#ubuntu-toolchain 2006-01-02
* #ubuntu-toolchain  [freenode-info]  If you're at a conference, please contact freenode staff to make sure we've made special allowance for many users coming into our network from a single internet address ( http://freenode.net/faq.shtml#gettinghelp ).

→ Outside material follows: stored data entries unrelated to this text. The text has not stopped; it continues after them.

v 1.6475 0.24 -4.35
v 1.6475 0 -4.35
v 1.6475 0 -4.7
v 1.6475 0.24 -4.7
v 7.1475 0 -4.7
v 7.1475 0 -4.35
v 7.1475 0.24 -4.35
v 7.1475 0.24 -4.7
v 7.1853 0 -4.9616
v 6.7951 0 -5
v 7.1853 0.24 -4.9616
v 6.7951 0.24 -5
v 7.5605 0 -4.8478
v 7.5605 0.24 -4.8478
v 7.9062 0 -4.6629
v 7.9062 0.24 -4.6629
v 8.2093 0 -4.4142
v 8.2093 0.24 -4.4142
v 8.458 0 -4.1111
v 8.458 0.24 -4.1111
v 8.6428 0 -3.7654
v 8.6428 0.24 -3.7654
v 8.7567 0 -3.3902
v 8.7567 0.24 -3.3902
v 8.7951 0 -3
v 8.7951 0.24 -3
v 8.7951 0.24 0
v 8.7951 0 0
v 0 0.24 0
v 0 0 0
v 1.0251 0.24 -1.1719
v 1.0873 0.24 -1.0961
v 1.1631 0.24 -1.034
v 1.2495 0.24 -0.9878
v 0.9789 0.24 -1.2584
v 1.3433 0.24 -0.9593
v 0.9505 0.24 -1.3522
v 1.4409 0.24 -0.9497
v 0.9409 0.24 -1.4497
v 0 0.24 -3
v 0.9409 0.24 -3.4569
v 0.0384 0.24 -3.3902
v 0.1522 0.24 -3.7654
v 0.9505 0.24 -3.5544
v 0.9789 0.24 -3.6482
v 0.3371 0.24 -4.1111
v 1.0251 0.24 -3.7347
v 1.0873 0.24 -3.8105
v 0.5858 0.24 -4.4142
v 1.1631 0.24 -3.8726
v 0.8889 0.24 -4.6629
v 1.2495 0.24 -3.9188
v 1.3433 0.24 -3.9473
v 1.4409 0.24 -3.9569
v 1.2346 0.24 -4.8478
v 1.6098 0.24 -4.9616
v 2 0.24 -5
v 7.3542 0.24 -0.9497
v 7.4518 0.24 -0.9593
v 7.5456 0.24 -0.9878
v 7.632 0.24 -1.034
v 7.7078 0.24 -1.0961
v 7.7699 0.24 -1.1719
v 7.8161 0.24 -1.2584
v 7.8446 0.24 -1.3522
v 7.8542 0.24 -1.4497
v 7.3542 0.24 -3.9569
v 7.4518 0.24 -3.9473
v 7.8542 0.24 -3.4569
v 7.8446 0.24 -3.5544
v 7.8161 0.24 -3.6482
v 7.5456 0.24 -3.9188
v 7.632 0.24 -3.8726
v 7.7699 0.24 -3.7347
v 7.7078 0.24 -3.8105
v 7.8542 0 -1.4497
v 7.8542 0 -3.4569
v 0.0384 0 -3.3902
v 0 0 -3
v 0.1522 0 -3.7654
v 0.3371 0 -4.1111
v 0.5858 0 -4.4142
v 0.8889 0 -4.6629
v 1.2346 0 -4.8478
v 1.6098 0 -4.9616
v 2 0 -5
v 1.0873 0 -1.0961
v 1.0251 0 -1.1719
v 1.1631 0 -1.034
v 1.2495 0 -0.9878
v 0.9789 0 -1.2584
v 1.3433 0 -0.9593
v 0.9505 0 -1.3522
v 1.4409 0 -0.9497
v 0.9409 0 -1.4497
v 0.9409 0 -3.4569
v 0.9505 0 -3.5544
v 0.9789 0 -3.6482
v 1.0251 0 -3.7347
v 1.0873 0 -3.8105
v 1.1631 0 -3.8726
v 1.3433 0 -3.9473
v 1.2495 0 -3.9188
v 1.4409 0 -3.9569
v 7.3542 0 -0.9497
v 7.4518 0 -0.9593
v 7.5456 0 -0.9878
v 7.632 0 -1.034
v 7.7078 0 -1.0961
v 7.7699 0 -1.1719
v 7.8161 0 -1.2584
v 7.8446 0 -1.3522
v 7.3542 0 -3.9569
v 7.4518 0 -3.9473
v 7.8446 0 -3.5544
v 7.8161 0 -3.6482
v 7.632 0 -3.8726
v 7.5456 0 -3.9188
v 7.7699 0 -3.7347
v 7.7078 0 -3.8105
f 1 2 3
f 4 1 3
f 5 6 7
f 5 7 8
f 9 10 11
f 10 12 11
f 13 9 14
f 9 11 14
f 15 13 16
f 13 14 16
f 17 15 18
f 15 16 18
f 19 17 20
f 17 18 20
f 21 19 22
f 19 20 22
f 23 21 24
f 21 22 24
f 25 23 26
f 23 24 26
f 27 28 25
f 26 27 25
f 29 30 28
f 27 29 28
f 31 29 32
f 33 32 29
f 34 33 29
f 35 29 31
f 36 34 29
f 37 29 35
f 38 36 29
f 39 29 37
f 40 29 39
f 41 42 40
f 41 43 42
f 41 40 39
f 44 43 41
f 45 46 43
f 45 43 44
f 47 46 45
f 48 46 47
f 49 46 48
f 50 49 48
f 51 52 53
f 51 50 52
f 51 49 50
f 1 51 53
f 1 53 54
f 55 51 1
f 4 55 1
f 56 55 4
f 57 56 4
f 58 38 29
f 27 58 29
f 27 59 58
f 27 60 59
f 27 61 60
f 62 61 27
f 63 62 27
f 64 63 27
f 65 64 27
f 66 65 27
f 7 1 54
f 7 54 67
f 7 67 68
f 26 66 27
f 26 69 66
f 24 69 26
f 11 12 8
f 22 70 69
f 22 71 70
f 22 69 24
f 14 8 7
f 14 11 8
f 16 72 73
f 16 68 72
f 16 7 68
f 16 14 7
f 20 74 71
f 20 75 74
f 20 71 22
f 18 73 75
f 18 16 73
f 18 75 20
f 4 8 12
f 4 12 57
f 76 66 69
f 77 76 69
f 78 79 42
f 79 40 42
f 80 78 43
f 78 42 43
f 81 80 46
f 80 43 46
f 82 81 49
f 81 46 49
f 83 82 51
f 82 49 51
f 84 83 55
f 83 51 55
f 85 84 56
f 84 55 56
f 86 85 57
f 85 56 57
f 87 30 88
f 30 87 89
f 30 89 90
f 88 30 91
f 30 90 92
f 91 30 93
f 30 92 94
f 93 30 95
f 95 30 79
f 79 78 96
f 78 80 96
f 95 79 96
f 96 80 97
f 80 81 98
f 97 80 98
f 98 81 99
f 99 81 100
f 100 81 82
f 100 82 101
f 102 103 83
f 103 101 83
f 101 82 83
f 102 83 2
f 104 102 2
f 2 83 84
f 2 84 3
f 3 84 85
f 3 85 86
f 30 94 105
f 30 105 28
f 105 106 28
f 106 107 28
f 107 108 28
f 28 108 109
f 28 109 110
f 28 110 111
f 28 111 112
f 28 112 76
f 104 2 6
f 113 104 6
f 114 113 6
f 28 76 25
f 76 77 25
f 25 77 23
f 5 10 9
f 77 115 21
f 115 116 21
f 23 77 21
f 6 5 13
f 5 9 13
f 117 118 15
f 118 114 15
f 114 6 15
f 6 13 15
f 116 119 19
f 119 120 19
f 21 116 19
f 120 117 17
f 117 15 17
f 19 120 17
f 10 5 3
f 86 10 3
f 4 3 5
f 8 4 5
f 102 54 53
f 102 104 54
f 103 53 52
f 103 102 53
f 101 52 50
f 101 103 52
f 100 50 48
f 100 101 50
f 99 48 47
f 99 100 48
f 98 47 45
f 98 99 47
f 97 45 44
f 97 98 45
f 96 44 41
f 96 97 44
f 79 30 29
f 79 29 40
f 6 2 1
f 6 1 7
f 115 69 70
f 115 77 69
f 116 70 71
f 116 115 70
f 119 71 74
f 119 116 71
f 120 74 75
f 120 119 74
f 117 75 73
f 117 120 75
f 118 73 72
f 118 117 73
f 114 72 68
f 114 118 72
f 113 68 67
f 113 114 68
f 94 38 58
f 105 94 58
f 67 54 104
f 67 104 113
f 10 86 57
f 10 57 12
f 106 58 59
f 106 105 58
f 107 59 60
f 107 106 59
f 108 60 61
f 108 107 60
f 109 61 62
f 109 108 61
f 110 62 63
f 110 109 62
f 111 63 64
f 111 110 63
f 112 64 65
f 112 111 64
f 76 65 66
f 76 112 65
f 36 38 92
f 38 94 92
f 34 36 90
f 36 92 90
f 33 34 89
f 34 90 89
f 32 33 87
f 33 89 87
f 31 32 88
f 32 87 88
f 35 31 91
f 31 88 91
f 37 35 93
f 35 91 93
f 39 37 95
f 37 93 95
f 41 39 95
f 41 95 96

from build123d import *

# Parameters (mm, degrees)
SKETCH1_W           = 8.795086316
SKETCH1_H           = 5
SKETCH1_W_2         = 5.5
SKETCH1_H_2         = 0.35
BOSS_EXTRUDE1_DEPTH = 0.24
FILLET1_R           = 2
SKETCH2_W           = 6.913332482
SKETCH2_H           = 3.007207861
CUT_EXTRUDE1_DEPTH  = 11.119839095
FILLET4_R           = 0.5


with BuildPart() as part:
    # Sketch1 → Boss-Extrude1 (new body)
    with BuildSketch(Plane(origin=(0, 0, 0), x_dir=(1, 0, 0), z_dir=(0, 1, 0))):
        with Locations((4.397543158, 2.5)):
            Rectangle(SKETCH1_W, SKETCH1_H)
        with Locations((4.397543158, 4.525)):
            Rectangle(SKETCH1_W_2, SKETCH1_H_2, mode=Mode.SUBTRACT)
    extrude(amount=BOSS_EXTRUDE1_DEPTH)

    # Fillet1
    fillet1_edges = [part.edges().sort_by_distance(p)[0] for p in [
        (0, 0.12, -5),
        (8.795086316, 0.12, -5),
    ]]
    fillet(fillet1_edges, radius=FILLET1_R)

    # Sketch2 → Cut-Extrude1 (cut, through all)
    with BuildSketch(Plane(origin=(0, 0.24, 0), x_dir=(1, 0, 0), z_dir=(0, 1, 0))):
        with Locations((4.397543158, 2.453300335)):
            Rectangle(SKETCH2_W, SKETCH2_H)
    extrude(amount=-CUT_EXTRUDE1_DEPTH, mode=Mode.SUBTRACT)

    # Fillet4
    fillet4_edges = [part.edges().sort_by_distance(p)[0] for p in [
        (0.940876917, 0.12, -0.949696404),
        (0.940876917, 0.12, -3.956904265),
        (7.854209399, 0.12, -3.956904265),
        (7.854209399, 0.12, -0.949696404),
    ]]
    fillet(fillet4_edges, radius=FILLET4_R)


solid = part.part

Private messages from unregistered users are currently blocked, except to network staff, services and participating registered users ( http://freenode.net/faq.shtml#privmsg )... Thanks!
<doko> hi fabbione
<fabbione> hi doko
<fabbione> COW
<fabbione> did you upload something?
<doko> yes, remains of C++ stuff
<tonyms> I'm building the binutils package from the package source on Breezy, and notice binutils-2.16.1 has a gcc build-dep.  Could this build-dep not be on c-compiler instead?  I already had gcc-3.4 installed; would that not have been sufficient?

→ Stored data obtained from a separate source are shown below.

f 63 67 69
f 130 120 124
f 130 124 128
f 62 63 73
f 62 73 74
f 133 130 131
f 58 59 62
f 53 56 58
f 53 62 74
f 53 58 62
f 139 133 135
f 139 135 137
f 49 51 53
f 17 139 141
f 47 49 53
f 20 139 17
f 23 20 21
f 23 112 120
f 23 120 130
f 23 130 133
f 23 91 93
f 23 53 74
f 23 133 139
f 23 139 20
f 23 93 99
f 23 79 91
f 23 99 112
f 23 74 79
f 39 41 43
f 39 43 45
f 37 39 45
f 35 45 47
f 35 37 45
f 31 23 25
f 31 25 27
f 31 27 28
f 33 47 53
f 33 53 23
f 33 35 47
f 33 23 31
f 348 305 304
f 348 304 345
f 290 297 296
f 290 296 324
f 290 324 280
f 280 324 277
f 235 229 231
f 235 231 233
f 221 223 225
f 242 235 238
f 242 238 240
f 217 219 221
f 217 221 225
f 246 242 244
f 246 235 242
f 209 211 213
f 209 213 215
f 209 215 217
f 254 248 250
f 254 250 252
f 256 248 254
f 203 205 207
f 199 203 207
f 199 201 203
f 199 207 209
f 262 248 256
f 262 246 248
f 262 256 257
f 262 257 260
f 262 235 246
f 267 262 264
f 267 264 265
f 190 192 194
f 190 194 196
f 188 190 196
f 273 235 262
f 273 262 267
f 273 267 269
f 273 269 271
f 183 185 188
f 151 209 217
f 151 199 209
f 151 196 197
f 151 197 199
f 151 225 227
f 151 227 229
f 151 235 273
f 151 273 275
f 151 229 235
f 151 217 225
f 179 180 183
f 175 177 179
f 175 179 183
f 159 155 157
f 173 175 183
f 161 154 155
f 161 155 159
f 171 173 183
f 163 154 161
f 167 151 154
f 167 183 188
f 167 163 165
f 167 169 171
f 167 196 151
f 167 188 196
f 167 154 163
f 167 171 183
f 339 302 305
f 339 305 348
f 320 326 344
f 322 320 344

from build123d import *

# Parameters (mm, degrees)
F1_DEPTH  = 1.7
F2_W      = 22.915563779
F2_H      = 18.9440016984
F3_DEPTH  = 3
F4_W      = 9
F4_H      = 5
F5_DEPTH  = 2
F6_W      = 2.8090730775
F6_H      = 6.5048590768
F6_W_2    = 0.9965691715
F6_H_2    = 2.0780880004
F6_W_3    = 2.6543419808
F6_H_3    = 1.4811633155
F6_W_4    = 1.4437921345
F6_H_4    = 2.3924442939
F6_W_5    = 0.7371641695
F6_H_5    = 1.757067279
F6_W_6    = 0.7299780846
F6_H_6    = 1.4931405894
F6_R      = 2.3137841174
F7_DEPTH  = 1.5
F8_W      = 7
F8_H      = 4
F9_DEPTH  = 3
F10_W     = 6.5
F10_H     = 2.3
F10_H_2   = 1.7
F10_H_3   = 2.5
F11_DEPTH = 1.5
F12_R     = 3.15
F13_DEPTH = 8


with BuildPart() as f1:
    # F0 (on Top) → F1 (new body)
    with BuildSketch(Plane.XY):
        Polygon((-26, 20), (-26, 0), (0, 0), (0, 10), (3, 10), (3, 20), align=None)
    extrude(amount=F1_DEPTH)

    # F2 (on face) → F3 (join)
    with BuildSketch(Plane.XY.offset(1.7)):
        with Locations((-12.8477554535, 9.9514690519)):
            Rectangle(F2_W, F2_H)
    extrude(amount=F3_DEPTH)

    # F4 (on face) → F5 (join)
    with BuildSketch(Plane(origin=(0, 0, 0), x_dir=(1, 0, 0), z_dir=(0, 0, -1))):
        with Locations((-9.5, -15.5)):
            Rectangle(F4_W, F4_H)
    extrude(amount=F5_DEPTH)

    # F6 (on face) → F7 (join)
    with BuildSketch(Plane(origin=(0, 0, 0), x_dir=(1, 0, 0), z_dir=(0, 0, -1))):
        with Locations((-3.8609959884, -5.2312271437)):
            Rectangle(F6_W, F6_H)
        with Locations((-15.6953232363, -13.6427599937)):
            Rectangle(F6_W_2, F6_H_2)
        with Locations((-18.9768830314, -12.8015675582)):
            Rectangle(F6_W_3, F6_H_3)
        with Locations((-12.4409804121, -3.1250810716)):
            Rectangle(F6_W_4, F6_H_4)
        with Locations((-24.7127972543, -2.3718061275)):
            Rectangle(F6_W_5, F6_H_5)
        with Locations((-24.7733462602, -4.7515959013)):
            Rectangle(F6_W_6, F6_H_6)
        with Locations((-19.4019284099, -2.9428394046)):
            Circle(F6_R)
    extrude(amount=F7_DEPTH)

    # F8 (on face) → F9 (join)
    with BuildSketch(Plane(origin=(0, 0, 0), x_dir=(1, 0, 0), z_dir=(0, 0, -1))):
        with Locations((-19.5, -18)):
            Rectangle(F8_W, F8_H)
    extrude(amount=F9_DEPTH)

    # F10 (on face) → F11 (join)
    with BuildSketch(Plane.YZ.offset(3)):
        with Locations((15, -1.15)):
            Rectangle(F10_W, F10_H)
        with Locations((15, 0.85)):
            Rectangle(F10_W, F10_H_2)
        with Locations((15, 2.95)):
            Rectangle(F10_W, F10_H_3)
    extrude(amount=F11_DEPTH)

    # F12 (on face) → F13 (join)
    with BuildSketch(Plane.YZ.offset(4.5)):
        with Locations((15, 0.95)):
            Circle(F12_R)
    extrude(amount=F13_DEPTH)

<tonyms> Thanks!  Sorry if this question is overly clueless or in the wrong channel, I'm new to Ubuntu...
<jbailey> tonyms: Usually iif there's a specific build-dep it's done for a reason.
<jbailey> tonyms: Often miscompile problems.

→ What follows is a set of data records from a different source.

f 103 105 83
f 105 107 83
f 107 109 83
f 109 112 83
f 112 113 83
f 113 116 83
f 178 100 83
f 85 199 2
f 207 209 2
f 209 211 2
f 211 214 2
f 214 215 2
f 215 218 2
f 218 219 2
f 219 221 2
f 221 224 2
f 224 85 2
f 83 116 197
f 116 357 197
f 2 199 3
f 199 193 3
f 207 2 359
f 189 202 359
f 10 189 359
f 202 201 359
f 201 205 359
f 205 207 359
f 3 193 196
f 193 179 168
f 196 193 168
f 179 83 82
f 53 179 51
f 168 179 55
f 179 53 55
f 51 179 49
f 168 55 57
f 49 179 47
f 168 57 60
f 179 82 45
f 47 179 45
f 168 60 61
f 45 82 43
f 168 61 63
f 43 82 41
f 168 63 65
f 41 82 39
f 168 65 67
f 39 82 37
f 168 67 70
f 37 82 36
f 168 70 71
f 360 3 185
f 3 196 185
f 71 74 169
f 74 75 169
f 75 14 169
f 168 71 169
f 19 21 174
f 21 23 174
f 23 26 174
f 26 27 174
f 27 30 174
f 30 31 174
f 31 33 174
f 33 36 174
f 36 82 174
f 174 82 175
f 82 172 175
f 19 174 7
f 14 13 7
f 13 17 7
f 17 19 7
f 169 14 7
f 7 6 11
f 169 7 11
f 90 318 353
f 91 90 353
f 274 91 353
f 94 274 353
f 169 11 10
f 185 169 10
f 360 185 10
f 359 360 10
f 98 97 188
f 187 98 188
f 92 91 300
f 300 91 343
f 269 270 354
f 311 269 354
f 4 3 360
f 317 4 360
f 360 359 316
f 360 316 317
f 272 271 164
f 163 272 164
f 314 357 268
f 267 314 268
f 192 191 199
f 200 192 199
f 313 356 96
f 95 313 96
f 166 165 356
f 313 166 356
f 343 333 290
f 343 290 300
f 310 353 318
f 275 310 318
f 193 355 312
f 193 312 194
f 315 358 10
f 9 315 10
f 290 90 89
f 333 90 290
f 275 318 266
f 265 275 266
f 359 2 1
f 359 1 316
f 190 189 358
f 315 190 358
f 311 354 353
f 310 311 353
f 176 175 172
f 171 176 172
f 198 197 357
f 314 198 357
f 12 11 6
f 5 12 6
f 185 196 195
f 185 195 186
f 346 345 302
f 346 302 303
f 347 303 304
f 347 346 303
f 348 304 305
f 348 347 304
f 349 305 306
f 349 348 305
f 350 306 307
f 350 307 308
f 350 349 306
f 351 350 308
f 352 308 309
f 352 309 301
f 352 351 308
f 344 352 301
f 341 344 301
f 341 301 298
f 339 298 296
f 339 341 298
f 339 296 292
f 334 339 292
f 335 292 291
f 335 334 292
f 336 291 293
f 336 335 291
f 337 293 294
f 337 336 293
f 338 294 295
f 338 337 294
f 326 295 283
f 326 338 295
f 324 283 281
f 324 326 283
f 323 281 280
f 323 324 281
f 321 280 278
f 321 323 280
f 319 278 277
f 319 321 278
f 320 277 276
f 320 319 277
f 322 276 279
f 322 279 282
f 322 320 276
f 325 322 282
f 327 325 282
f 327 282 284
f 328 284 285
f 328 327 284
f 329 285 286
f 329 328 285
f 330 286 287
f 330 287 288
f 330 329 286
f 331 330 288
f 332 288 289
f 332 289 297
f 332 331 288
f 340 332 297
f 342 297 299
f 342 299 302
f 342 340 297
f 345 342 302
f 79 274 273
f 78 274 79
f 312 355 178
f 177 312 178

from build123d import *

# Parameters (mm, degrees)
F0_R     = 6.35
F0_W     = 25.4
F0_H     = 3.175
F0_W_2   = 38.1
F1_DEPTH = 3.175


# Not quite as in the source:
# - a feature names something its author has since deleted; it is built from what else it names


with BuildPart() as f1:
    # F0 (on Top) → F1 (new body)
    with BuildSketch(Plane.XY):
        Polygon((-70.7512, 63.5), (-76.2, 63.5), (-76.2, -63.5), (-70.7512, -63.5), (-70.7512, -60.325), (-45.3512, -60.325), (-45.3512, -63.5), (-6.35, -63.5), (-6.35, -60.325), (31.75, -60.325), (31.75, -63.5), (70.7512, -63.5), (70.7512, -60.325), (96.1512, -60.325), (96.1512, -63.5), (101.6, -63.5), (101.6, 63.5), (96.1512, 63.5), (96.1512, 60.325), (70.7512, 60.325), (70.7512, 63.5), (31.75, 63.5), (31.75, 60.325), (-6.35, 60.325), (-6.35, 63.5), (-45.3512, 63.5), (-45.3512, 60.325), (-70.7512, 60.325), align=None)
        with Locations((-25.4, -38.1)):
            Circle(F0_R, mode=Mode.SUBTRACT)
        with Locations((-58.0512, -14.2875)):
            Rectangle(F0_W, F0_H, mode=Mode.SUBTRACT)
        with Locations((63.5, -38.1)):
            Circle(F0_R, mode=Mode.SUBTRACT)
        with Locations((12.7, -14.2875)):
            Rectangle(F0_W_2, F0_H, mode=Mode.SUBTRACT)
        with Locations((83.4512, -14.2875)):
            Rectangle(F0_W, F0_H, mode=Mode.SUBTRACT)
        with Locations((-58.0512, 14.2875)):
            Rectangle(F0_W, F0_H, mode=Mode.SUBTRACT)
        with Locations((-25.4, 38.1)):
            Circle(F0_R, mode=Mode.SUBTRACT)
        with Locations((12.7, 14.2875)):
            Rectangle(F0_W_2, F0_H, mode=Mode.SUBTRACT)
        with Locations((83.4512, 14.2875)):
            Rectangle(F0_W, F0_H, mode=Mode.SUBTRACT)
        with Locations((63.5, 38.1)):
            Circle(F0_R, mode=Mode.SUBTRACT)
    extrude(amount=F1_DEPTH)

<tonyms> jbailey: depending on gcc (>= 2.95.2) isn't very specific, though.  libtool, say, build-deps on gcc | c-compiler.  Is there any reason this doesn't apply to binutils?  It's annoying to have to install gcc-4.0 when a perfectly viable C compiler already exists on the system.
<jbailey> tonyms: libtool is actually buggy there.  IIRC, it's against policy to depend on thing covered by build-essential if there's no versioned dependancy
<jbailey> In this case, gcc-2.95's dependancy could probably be dropped.
<jbailey> I don't see anything in there that forces gcc-4.0
<jbailey> Aside from regular build-essential fun
<tonyms> Cheers!  Not sure I like the idea of build-essential, though :)  It always uses the system compiler (gcc), which means programs whose codebase hasn't been upgraded so gcc-4.0 can handle it are hosed on my machine.
<jbailey> Anything that hasn't been debugged for gcc-4.0 is pretty much trash material anyway.
<jbailey> At this point, everything in Debian is already done, and all of the actual compliance bugs are pretty much gone from gcc-4.0
<jbailey> The last gcc-3 update has now been released.  Anything before 4.0 is pretty much considered dead.
<doko> jbailey: there will be a last 3.4.6 in February (famous last words ...)
<jbailey> doko: Eh?  I thought he said 3.4.5 was the last.  *sigh*
<jbailey> What's the point of it?  gcc-4.0 isn't that far away from being oldstable.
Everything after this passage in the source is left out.